Additionally, several risk and protective factors have been identified. For example, frequent blinking had a significant correlation with SDE, which could be attributed to the instability of the tear film, thus exacerbating by dry eye and rendering the motor response hypersensitive. Alternatively, the instability of the tear film might also appear in conditions such as benign essential blepharospasm [55]. Similar to most previous studies, female participants were found to be at a higher risk of SDE [2, 52, 56, 57], and short sleep duration could significantly increase the risk of SDE, while longer sleep duration was a protective factor for SDE. As reported, SDE participants might have poorer sleep quality, greater daytime sleepiness, more sleep disturbances, and higher incidence, prevalence, and severity of sleep disorders than non-SDE participants [58].
Strengths and limitations
This study examined the effects of various types of RE on SDE, taking into account factors that might be associated with SDE from existing research, thereby updating the data on children’s ocular surface health. Additional benefits included a population-based design, a relatively large sample size and a high participation rate (90.4%).

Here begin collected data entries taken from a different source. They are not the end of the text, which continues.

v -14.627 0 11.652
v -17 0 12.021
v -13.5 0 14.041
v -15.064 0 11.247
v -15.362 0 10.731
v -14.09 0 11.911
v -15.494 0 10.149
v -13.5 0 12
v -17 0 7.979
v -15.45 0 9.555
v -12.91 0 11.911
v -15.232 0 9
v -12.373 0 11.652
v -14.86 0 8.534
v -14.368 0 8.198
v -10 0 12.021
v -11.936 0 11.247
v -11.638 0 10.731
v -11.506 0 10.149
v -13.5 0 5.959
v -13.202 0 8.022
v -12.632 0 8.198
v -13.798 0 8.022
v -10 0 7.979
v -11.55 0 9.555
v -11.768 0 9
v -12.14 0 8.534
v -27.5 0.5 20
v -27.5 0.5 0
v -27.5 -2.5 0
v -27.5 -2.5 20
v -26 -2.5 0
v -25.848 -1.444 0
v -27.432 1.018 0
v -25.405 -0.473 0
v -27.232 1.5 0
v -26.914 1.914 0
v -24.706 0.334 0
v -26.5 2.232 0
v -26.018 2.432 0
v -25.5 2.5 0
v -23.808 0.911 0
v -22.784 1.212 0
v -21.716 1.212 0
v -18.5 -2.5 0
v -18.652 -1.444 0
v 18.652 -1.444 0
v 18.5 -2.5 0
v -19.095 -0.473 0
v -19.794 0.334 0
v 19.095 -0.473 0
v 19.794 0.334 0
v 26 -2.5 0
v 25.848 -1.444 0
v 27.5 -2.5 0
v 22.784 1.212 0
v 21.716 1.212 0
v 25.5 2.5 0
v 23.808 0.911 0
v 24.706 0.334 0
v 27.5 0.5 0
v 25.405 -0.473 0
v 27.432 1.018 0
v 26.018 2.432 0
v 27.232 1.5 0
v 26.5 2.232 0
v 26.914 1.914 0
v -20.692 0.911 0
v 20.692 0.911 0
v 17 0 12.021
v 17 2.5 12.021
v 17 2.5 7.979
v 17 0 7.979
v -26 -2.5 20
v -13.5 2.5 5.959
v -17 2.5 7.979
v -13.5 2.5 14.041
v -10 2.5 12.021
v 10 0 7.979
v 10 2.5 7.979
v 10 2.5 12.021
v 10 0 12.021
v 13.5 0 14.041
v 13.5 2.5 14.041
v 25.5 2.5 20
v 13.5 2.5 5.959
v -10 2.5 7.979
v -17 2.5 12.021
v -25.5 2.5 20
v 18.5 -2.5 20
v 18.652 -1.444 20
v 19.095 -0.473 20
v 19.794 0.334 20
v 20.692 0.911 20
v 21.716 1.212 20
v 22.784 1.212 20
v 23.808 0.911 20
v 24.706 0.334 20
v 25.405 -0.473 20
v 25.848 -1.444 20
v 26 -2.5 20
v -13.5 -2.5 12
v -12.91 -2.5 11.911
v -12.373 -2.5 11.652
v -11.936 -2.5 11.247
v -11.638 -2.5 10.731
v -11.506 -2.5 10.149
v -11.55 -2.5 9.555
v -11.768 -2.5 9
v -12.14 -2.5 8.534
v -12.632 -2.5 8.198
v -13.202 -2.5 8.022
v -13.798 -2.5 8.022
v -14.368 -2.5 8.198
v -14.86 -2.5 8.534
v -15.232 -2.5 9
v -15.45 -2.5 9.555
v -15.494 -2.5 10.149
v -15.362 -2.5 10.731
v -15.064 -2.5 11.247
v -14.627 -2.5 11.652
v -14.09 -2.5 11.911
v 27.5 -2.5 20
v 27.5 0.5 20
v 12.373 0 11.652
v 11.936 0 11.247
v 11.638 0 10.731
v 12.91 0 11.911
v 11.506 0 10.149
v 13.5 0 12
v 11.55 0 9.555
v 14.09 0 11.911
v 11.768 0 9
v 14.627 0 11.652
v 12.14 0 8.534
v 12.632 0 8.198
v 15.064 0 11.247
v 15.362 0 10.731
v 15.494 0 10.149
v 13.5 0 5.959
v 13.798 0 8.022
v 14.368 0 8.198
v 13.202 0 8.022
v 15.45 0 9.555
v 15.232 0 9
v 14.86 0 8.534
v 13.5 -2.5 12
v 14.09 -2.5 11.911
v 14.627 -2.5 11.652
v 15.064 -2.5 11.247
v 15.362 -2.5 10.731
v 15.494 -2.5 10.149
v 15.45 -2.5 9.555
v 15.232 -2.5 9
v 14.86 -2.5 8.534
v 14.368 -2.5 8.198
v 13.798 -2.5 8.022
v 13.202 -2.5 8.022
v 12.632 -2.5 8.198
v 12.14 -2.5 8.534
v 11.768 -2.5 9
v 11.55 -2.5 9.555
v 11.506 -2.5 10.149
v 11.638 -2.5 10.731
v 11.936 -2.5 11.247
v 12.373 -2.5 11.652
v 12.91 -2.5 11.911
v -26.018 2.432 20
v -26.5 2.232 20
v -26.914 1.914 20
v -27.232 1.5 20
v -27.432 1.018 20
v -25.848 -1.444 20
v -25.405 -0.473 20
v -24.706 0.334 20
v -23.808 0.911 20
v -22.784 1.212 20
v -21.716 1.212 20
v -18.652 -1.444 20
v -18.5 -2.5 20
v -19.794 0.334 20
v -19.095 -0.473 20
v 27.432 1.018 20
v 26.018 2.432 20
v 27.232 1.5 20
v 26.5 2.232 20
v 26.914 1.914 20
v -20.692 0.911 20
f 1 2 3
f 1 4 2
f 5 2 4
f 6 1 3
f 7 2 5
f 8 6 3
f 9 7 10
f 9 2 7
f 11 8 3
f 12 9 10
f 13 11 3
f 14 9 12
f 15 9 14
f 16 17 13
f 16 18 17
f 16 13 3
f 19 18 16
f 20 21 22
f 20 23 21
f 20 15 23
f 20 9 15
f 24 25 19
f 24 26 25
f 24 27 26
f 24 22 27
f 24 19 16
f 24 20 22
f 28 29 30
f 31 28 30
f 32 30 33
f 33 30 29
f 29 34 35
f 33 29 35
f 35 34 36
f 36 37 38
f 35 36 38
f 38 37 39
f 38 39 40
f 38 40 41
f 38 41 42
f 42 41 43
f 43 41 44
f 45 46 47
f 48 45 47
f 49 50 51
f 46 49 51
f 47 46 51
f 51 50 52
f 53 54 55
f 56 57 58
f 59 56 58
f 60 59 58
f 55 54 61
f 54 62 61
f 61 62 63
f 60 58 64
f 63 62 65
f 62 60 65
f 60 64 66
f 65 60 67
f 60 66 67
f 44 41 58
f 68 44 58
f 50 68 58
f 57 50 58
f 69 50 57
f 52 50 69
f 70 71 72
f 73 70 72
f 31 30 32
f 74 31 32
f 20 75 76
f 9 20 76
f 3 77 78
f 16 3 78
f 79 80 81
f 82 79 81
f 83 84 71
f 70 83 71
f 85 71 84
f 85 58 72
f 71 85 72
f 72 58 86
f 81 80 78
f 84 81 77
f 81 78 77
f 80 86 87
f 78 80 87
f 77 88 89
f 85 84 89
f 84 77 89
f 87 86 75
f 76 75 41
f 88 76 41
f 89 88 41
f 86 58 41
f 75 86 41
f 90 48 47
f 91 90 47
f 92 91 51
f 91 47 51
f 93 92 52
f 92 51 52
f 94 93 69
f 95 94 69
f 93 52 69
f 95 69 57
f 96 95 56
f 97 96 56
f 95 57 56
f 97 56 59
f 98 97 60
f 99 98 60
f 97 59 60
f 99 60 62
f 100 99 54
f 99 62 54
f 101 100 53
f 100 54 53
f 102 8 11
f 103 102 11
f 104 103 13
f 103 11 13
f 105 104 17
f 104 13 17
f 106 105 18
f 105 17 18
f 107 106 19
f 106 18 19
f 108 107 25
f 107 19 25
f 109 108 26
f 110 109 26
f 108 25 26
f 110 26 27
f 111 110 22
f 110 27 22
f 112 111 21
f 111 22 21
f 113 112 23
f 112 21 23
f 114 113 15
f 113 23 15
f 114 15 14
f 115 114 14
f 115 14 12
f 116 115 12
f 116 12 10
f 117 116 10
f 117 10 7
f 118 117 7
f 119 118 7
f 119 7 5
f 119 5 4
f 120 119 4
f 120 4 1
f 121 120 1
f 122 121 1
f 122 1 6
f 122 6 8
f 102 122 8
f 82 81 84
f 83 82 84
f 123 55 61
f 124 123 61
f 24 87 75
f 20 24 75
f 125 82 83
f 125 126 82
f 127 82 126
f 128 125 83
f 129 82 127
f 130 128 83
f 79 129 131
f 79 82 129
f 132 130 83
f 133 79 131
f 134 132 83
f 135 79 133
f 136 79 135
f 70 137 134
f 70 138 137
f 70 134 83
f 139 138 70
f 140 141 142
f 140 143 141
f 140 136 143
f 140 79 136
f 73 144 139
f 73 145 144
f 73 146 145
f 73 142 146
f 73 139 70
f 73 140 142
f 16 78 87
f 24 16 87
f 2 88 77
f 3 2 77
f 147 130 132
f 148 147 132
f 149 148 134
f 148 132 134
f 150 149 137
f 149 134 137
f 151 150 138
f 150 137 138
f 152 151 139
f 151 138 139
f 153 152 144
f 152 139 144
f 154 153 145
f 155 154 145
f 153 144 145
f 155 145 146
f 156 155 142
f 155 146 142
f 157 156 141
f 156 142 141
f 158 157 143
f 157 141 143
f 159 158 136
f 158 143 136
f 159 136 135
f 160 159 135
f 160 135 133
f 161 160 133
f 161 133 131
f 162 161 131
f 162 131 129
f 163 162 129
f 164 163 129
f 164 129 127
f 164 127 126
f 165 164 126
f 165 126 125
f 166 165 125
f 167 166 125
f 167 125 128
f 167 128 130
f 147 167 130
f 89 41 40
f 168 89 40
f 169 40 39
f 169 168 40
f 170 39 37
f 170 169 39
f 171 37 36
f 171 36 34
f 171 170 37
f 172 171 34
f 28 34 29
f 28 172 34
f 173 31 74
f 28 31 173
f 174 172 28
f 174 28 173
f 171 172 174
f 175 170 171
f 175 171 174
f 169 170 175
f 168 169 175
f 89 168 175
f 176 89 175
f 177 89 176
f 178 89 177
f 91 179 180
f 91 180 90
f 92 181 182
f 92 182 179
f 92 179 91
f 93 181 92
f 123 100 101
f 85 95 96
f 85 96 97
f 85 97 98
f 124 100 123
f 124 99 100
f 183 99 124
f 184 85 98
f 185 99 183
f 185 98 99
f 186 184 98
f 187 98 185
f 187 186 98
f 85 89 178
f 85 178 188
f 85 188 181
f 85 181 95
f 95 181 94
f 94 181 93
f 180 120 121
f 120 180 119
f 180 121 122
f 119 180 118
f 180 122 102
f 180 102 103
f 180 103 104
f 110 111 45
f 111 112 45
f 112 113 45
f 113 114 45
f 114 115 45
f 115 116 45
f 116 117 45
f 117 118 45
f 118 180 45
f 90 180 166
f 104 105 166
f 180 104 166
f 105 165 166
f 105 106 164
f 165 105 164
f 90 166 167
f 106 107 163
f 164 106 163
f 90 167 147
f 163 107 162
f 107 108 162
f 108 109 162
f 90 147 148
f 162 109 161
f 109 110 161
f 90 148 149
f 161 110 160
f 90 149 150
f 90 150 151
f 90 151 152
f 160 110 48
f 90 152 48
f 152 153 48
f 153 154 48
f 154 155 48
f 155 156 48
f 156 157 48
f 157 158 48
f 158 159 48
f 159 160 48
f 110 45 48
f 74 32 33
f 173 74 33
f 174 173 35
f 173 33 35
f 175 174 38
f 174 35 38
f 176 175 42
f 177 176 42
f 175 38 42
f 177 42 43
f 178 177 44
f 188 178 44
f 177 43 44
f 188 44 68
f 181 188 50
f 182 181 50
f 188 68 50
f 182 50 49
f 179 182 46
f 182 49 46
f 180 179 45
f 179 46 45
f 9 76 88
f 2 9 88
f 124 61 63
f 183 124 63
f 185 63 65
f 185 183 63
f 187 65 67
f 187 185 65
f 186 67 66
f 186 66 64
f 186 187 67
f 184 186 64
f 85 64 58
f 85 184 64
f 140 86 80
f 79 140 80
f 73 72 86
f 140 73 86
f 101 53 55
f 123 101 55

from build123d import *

# Parameters (mm, degrees)
EXTRUDE_1_DEPTH     = 20
FILLET_1_R          = 2
SKETCH_2_R          = 2
CUT_EXTRUDE_1_DEPTH = 35.369317712
CUT_EXTRUDE_2_DEPTH = 2.5


with BuildPart() as part:
    # 草圖1 → 填料-伸長1 (new body)
    with BuildSketch(Plane.XY):
        with BuildLine():
            Line((-18.5, -2.5), (18.5, -2.5))
            ThreePointArc((18.5, -2.5), (22.25, 1.25), (26, -2.5))
            Line((26, -2.5), (27.5, -2.5))
            Line((27.5, -2.5), (27.5, 2.5))
            Line((27.5, 2.5), (-27.5, 2.5))
            Line((-27.5, 2.5), (-27.5, -2.5))
            Line((-27.5, -2.5), (-26, -2.5))
            ThreePointArc((-26, -2.5), (-22.25, 1.25), (-18.5, -2.5))
        make_face()
    extrude(amount=EXTRUDE_1_DEPTH)

    # 圓角1
    fillet_1_edges = [part.edges().sort_by_distance(p)[0] for p in [
        (-27.5, 2.5, 10),
        (27.5, 2.5, 10),
    ]]
    fillet(fillet_1_edges, radius=FILLET_1_R)

    # 草圖2 → 除料-伸長1 (cut, through all)
    with BuildSketch(Plane(origin=(0, 2.5, 0), x_dir=(1, 0, 0), z_dir=(0, 1, 0))):
        with Locations(Location((13.5, -10, 0), (0, 0, 270))):
            Circle(SKETCH_2_R)
        with Locations(Location((-13.5, -10, 0), (0, 0, 270))):
            Circle(SKETCH_2_R)
    extrude(amount=-CUT_EXTRUDE_1_DEPTH, mode=Mode.SUBTRACT)

    # 草圖3 → 除料-伸長2 (cut)
    with BuildSketch(Plane(origin=(0, 2.5, 0), x_dir=(1, 0, 0), z_dir=(0, 1, 0))):
        Polygon((13.5, -5.958548116), (10, -7.979274058), (10, -12.020725942), (13.5, -14.041451884), (17, -12.020725942), (17, -7.979274058), align=None)
        Polygon((-13.5, -5.958548116), (-17, -7.979274058), (-17, -12.020725942), (-13.5, -14.041451884), (-10, -12.020725942), (-10, -7.979274058), align=None)
    extrude(amount=-CUT_EXTRUDE_2_DEPTH, mode=Mode.SUBTRACT)


solid = part.part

However, our study had also encountered limitations. First, due to the limited time and venue, clinical data including ocular surface parameters (such as TUBT), ocular axis and cycloplegic-refraction were not measured, thus only focusing on the reported subjective symptoms through questionnaires and only exploring the association of different myopia degrees with SDE rather than refractive myopia and axial myopia. Second, the age of our participants was limited to 12–18 years, which could not represent children and teenagers of all ages. Third, since the limitations of cross-sectional studies, the causal relationship between risk factors and SDE cannot be clearly confirmed.
Conclusion
This study revealed that high myopia was significantly associated with SDE among various types of RE. In addition, frequent use of eye drops, a history of allergic conjunctivitis, and frequent blinking were risk factors for SDE, while male gender, increased sleep time, and timely intervention when vision decline occurred were protective factors for SDE. Our findings will help provide valuable insights for future research and interventions aimed at improving ocular health in adolescents.